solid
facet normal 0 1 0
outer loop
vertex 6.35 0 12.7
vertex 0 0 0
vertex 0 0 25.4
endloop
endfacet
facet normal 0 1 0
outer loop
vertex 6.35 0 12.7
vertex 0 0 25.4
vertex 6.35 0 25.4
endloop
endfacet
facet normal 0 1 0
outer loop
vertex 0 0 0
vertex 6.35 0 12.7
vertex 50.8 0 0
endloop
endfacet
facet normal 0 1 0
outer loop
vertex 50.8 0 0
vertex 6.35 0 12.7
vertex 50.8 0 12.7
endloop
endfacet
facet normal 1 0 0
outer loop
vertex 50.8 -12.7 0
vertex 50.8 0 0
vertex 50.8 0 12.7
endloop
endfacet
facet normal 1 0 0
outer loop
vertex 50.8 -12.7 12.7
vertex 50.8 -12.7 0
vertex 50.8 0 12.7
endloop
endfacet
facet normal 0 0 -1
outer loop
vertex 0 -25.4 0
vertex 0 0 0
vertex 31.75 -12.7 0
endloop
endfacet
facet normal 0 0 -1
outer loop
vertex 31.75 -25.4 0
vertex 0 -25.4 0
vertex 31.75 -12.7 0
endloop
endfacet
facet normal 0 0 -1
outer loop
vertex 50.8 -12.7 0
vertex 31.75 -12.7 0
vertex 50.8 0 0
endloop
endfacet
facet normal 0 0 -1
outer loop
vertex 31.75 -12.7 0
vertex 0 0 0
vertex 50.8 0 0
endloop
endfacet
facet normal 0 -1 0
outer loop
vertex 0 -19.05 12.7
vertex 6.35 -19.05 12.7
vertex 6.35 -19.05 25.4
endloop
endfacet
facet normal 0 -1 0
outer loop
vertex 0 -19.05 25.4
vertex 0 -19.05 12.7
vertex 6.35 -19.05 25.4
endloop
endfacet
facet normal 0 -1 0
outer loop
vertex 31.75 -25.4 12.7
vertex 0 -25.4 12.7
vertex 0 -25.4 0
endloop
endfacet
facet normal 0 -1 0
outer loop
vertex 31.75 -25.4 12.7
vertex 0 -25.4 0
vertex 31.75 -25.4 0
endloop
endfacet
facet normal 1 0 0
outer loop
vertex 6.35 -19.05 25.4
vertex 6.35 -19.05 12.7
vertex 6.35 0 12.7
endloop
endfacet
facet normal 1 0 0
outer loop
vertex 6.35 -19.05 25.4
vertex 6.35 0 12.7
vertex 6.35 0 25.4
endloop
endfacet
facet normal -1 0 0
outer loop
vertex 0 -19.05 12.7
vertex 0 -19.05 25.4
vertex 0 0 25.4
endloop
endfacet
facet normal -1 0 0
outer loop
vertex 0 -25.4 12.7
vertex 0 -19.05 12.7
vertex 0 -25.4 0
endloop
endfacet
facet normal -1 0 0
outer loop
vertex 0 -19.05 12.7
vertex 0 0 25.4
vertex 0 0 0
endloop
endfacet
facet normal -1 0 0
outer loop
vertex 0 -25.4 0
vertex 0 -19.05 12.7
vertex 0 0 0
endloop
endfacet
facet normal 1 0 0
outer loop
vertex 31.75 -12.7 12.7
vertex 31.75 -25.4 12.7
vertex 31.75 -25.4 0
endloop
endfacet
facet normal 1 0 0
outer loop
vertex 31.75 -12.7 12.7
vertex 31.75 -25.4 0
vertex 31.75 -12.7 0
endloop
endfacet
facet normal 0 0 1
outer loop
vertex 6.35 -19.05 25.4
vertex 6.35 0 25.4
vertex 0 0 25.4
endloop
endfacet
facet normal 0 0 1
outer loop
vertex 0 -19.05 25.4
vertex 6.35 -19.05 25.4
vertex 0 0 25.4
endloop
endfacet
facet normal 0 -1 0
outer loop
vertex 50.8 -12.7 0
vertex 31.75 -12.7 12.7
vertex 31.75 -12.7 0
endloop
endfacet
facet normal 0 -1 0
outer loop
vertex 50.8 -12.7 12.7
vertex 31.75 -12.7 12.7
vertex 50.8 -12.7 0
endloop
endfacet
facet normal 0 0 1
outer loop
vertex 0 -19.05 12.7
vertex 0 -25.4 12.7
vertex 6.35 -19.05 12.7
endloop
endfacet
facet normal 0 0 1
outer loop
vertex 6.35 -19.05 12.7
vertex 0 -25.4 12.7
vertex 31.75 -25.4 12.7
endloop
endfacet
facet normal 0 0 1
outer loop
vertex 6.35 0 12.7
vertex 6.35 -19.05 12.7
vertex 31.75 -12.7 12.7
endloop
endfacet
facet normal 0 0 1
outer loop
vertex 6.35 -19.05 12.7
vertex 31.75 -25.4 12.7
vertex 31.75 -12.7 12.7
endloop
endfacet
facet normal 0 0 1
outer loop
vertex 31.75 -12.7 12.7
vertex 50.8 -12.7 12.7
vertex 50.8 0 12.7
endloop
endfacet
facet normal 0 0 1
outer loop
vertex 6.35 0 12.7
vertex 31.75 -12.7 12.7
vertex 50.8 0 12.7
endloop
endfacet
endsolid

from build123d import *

# Parameters (mm, degrees)
F1_DEPTH = 25.4
F2_W     = 6.35
F2_H     = 12.7
F3_DEPTH = 6.351
F4_W     = 19.05
F4_H     = 12.7
F5_DEPTH = 12.701


with BuildPart() as f1:
    # F0 (on Front) → F1 (new body)
    with BuildSketch(Plane.XZ):
        Polygon((0, 25.4), (0, 0), (50.8, 0), (50.8, 12.7), (6.35, 12.7), (6.35, 25.4), align=None)
    extrude(amount=F1_DEPTH)

    # F2 (on face) → F3 (cut, through all)
    with BuildSketch(Plane.YZ.offset(6.35)):
        with Locations((-22.225, 19.05)):
            Rectangle(F2_W, F2_H)
    extrude(amount=-F3_DEPTH, mode=Mode.SUBTRACT)

    # F4 (on face) → F5 (cut, through all)
    with BuildSketch(Plane.XY.offset(12.7)):
        with Locations((41.275, -19.05)):
            Rectangle(F4_W, F4_H)
    extrude(amount=-F5_DEPTH, mode=Mode.SUBTRACT)


solid = f1.part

###

● Problem description
Copy the entire listing exactly. Do not skip a line.

● The answer
solid
facet normal 0 1 0
outer loop
vertex 6.35 0 12.7
vertex 0 0 0
vertex 0 0 25.4
endloop
endfacet
facet normal 0 1 0
outer loop
vertex 6.35 0 12.7
vertex 0 0 25.4
vertex 6.35 0 25.4
endloop
endfacet
facet normal 0 1 0
outer loop
vertex 0 0 0
vertex 6.35 0 12.7
vertex 50.8 0 0
endloop
endfacet
facet normal 0 1 0
outer loop
vertex 50.8 0 0
vertex 6.35 0 12.7
vertex 50.8 0 12.7
endloop
endfacet
facet normal 1 0 0
outer loop
vertex 50.8 -12.7 0
vertex 50.8 0 0
vertex 50.8 0 12.7
endloop
endfacet
facet normal 1 0 0
outer loop
vertex 50.8 -12.7 12.7
vertex 50.8 -12.7 0
vertex 50.8 0 12.7
endloop
endfacet
facet normal 0 0 -1
outer loop
vertex 0 -25.4 0
vertex 0 0 0
vertex 31.75 -12.7 0
endloop
endfacet
facet normal 0 0 -1
outer loop
vertex 31.75 -25.4 0
vertex 0 -25.4 0
vertex 31.75 -12.7 0
endloop
endfacet
facet normal 0 0 -1
outer loop
vertex 50.8 -12.7 0
vertex 31.75 -12.7 0
vertex 50.8 0 0
endloop
endfacet
facet normal 0 0 -1
outer loop
vertex 31.75 -12.7 0
vertex 0 0 0
vertex 50.8 0 0
endloop
endfacet
facet normal 0 -1 0
outer loop
vertex 0 -19.05 12.7
vertex 6.35 -19.05 12.7
vertex 6.35 -19.05 25.4
endloop
endfacet
facet normal 0 -1 0
outer loop
vertex 0 -19.05 25.4
vertex 0 -19.05 12.7
vertex 6.35 -19.05 25.4
endloop
endfacet
facet normal 0 -1 0
outer loop
vertex 31.75 -25.4 12.7
vertex 0 -25.4 12.7
vertex 0 -25.4 0
endloop
endfacet
facet normal 0 -1 0
outer loop
vertex 31.75 -25.4 12.7
vertex 0 -25.4 0
vertex 31.75 -25.4 0
endloop
endfacet
facet normal 1 0 0
outer loop
vertex 6.35 -19.05 25.4
vertex 6.35 -19.05 12.7
vertex 6.35 0 12.7
endloop
endfacet
facet normal 1 0 0
outer loop
vertex 6.35 -19.05 25.4
vertex 6.35 0 12.7
vertex 6.35 0 25.4
endloop
endfacet
facet normal -1 0 0
outer loop
vertex 0 -19.05 12.7
vertex 0 -19.05 25.4
vertex 0 0 25.4
endloop
endfacet
facet normal -1 0 0
outer loop
vertex 0 -25.4 12.7
vertex 0 -19.05 12.7
vertex 0 -25.4 0
endloop
endfacet
facet normal -1 0 0
outer loop
vertex 0 -19.05 12.7
vertex 0 0 25.4
vertex 0 0 0
endloop
endfacet
facet normal -1 0 0
outer loop
vertex 0 -25.4 0
vertex 0 -19.05 12.7
vertex 0 0 0
endloop
endfacet
facet normal 1 0 0
outer loop
vertex 31.75 -12.7 12.7
vertex 31.75 -25.4 12.7
vertex 31.75 -25.4 0
endloop
endfacet
facet normal 1 0 0
outer loop
vertex 31.75 -12.7 12.7
vertex 31.75 -25.4 0
vertex 31.75 -12.7 0
endloop
endfacet
facet normal 0 0 1
outer loop
vertex 6.35 -19.05 25.4
vertex 6.35 0 25.4
vertex 0 0 25.4
endloop
endfacet
facet normal 0 0 1
outer loop
vertex 0 -19.05 25.4
vertex 6.35 -19.05 25.4
vertex 0 0 25.4
endloop
endfacet
facet normal 0 -1 0
outer loop
vertex 50.8 -12.7 0
vertex 31.75 -12.7 12.7
vertex 31.75 -12.7 0
endloop
endfacet
facet normal 0 -1 0
outer loop
vertex 50.8 -12.7 12.7
vertex 31.75 -12.7 12.7
vertex 50.8 -12.7 0
endloop
endfacet
facet normal 0 0 1
outer loop
vertex 0 -19.05 12.7
vertex 0 -25.4 12.7
vertex 6.35 -19.05 12.7
endloop
endfacet
facet normal 0 0 1
outer loop
vertex 6.35 -19.05 12.7
vertex 0 -25.4 12.7
vertex 31.75 -25.4 12.7
endloop
endfacet
facet normal 0 0 1
outer loop
vertex 6.35 0 12.7
vertex 6.35 -19.05 12.7
vertex 31.75 -12.7 12.7
endloop
endfacet
facet normal 0 0 1
outer loop
vertex 6.35 -19.05 12.7
vertex 31.75 -25.4 12.7
vertex 31.75 -12.7 12.7
endloop
endfacet
facet normal 0 0 1
outer loop
vertex 31.75 -12.7 12.7
vertex 50.8 -12.7 12.7
vertex 50.8 0 12.7
endloop
endfacet
facet normal 0 0 1
outer loop
vertex 6.35 0 12.7
vertex 31.75 -12.7 12.7
vertex 50.8 0 12.7
endloop
endfacet
endsolid

from build123d import *

# Parameters (mm, degrees)
F1_DEPTH = 25.4
F2_W     = 6.35
F2_H     = 12.7
F3_DEPTH = 6.351
F4_W     = 19.05
F4_H     = 12.7
F5_DEPTH = 12.701


with BuildPart() as f1:
    # F0 (on Front) → F1 (new body)
    with BuildSketch(Plane.XZ):
        Polygon((0, 25.4), (0, 0), (50.8, 0), (50.8, 12.7), (6.35, 12.7), (6.35, 25.4), align=None)
    extrude(amount=F1_DEPTH)

    # F2 (on face) → F3 (cut, through all)
    with BuildSketch(Plane.YZ.offset(6.35)):
        with Locations((-22.225, 19.05)):
            Rectangle(F2_W, F2_H)
    extrude(amount=-F3_DEPTH, mode=Mode.SUBTRACT)

    # F4 (on face) → F5 (cut, through all)
    with BuildSketch(Plane.XY.offset(12.7)):
        with Locations((41.275, -19.05)):
            Rectangle(F4_W, F4_H)
    extrude(amount=-F5_DEPTH, mode=Mode.SUBTRACT)


solid = f1.part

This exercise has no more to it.